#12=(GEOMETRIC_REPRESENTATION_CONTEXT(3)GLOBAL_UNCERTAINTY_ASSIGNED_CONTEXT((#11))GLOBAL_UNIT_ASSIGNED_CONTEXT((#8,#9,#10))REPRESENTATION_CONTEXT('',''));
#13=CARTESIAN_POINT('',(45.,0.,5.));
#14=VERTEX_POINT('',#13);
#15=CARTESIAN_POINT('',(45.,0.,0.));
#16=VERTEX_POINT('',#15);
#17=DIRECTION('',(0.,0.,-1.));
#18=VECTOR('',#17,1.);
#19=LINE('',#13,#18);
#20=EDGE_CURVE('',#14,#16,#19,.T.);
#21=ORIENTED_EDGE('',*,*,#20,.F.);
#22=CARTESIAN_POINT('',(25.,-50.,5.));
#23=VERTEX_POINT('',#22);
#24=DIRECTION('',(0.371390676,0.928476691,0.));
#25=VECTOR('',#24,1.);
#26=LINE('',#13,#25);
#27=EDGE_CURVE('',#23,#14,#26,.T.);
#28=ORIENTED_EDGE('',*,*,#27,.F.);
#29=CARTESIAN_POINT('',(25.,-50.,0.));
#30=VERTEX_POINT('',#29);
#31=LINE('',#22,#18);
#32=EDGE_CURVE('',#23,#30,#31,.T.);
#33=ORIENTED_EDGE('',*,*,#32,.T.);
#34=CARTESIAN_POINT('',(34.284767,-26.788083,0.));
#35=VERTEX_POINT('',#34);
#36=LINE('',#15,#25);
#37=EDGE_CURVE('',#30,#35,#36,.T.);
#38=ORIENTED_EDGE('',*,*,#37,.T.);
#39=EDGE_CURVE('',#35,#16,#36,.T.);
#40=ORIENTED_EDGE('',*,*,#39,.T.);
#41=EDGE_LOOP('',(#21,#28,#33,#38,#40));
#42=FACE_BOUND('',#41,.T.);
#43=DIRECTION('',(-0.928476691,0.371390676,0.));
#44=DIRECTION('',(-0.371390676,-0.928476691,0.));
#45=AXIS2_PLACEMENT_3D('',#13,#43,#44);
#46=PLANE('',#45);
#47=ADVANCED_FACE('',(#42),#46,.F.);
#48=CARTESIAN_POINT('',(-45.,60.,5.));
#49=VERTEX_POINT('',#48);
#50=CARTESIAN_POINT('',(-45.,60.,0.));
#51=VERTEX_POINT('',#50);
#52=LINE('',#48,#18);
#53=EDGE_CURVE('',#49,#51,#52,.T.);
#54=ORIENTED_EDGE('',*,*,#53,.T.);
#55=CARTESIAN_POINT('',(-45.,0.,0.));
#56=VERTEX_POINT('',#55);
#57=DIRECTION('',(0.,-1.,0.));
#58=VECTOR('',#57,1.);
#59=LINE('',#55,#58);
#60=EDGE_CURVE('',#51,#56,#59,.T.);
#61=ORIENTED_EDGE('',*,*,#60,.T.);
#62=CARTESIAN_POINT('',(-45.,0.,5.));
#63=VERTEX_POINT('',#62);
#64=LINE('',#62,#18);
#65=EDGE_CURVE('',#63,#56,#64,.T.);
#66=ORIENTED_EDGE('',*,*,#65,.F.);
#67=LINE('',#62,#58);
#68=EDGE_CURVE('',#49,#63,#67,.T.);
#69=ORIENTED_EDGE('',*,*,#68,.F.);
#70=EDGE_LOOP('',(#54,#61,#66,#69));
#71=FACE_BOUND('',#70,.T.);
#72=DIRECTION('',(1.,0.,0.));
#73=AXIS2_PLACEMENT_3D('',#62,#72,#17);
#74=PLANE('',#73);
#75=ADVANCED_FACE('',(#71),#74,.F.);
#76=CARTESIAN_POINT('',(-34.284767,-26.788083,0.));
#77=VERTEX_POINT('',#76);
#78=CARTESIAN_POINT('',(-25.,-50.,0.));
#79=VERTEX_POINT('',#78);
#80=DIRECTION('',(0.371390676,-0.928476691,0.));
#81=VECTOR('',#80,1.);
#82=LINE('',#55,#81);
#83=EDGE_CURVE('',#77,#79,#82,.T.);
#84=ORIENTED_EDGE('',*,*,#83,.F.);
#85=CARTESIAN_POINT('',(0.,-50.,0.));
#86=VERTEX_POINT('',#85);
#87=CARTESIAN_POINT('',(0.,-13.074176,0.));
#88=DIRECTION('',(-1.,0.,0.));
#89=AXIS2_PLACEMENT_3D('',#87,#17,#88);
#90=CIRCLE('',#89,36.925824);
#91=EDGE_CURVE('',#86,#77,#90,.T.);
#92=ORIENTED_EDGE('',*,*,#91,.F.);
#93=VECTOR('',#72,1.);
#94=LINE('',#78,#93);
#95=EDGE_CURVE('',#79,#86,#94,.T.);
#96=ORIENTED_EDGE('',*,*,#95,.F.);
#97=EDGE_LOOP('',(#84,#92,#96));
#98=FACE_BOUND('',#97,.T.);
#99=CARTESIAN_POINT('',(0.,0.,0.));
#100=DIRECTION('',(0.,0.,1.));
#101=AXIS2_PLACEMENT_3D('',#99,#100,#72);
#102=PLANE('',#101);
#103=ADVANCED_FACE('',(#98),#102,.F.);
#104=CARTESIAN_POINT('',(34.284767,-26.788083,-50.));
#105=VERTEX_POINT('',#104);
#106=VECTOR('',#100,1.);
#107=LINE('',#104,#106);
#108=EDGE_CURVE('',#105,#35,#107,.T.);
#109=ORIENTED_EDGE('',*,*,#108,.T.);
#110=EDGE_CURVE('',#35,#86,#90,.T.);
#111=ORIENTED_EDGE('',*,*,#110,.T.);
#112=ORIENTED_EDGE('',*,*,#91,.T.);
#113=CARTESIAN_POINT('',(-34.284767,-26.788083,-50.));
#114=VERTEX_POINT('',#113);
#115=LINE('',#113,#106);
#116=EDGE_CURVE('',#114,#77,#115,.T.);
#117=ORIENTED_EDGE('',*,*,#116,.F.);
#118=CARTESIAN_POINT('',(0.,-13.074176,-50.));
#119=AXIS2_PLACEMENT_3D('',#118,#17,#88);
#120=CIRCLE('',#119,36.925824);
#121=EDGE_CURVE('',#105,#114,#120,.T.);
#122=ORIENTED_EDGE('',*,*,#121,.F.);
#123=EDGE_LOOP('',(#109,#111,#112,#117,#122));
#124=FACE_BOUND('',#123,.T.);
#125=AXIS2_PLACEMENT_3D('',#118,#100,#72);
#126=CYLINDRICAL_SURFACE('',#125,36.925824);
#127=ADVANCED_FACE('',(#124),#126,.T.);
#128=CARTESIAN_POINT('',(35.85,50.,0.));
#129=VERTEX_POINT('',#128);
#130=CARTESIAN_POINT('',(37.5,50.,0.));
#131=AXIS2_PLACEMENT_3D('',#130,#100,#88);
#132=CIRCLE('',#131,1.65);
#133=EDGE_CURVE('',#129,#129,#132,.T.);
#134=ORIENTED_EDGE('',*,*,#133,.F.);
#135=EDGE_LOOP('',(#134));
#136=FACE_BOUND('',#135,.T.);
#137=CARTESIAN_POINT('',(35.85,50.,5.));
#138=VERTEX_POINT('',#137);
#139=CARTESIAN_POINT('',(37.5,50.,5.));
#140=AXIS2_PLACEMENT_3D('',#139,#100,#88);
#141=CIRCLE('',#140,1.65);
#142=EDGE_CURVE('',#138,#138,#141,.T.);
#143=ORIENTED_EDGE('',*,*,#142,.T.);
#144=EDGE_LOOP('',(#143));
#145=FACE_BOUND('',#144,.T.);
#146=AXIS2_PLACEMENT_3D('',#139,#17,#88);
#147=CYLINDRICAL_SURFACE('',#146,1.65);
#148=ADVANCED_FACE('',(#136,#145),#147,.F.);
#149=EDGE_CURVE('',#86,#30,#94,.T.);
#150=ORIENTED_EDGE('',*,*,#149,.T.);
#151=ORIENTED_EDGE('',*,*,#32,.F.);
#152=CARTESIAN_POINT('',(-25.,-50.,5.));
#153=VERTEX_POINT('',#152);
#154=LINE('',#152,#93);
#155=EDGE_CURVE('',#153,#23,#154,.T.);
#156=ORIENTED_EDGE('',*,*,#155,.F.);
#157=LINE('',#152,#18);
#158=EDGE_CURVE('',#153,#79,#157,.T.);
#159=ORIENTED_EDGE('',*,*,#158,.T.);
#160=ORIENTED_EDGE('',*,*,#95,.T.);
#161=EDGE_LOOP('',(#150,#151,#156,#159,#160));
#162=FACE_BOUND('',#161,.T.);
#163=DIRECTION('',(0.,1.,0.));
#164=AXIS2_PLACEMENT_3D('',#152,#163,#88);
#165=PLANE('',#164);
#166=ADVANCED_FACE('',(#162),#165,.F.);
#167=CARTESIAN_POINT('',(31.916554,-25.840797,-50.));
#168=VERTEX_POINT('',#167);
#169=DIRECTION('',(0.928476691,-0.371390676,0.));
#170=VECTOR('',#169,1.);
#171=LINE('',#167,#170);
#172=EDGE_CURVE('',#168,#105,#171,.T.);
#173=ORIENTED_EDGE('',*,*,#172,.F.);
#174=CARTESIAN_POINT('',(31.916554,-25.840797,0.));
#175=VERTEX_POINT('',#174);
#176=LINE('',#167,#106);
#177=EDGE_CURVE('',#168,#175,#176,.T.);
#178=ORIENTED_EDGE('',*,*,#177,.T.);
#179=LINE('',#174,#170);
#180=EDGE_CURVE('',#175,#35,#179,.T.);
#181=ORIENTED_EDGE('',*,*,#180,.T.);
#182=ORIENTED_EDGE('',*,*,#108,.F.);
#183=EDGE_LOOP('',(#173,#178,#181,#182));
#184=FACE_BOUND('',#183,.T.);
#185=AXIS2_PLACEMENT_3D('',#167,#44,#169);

**Assigned task:** For this exercise, repeat exactly the lines of the data above from the one with "#101=AXIS2_PLACEMENT_3D('',#99,#100,#72);" down to the one with "#140=AXIS2_PLACEMENT_3D('',#139,#100,#88);", both end lines included.

**Answer to this problem:**
#101=AXIS2_PLACEMENT_3D('',#99,#100,#72);
#102=PLANE('',#101);
#103=ADVANCED_FACE('',(#98),#102,.F.);
#104=CARTESIAN_POINT('',(34.284767,-26.788083,-50.));
#105=VERTEX_POINT('',#104);
#106=VECTOR('',#100,1.);
#107=LINE('',#104,#106);
#108=EDGE_CURVE('',#105,#35,#107,.T.);
#109=ORIENTED_EDGE('',*,*,#108,.T.);
#110=EDGE_CURVE('',#35,#86,#90,.T.);
#111=ORIENTED_EDGE('',*,*,#110,.T.);
#112=ORIENTED_EDGE('',*,*,#91,.T.);
#113=CARTESIAN_POINT('',(-34.284767,-26.788083,-50.));
#114=VERTEX_POINT('',#113);
#115=LINE('',#113,#106);
#116=EDGE_CURVE('',#114,#77,#115,.T.);
#117=ORIENTED_EDGE('',*,*,#116,.F.);
#118=CARTESIAN_POINT('',(0.,-13.074176,-50.));
#119=AXIS2_PLACEMENT_3D('',#118,#17,#88);
#120=CIRCLE('',#119,36.925824);
#121=EDGE_CURVE('',#105,#114,#120,.T.);
#122=ORIENTED_EDGE('',*,*,#121,.F.);
#123=EDGE_LOOP('',(#109,#111,#112,#117,#122));
#124=FACE_BOUND('',#123,.T.);
#125=AXIS2_PLACEMENT_3D('',#118,#100,#72);
#126=CYLINDRICAL_SURFACE('',#125,36.925824);
#127=ADVANCED_FACE('',(#124),#126,.T.);
#128=CARTESIAN_POINT('',(35.85,50.,0.));
#129=VERTEX_POINT('',#128);
#130=CARTESIAN_POINT('',(37.5,50.,0.));
#131=AXIS2_PLACEMENT_3D('',#130,#100,#88);
#132=CIRCLE('',#131,1.65);
#133=EDGE_CURVE('',#129,#129,#132,.T.);
#134=ORIENTED_EDGE('',*,*,#133,.F.);
#135=EDGE_LOOP('',(#134));
#136=FACE_BOUND('',#135,.T.);
#137=CARTESIAN_POINT('',(35.85,50.,5.));
#138=VERTEX_POINT('',#137);
#139=CARTESIAN_POINT('',(37.5,50.,5.));
#140=AXIS2_PLACEMENT_3D('',#139,#100,#88);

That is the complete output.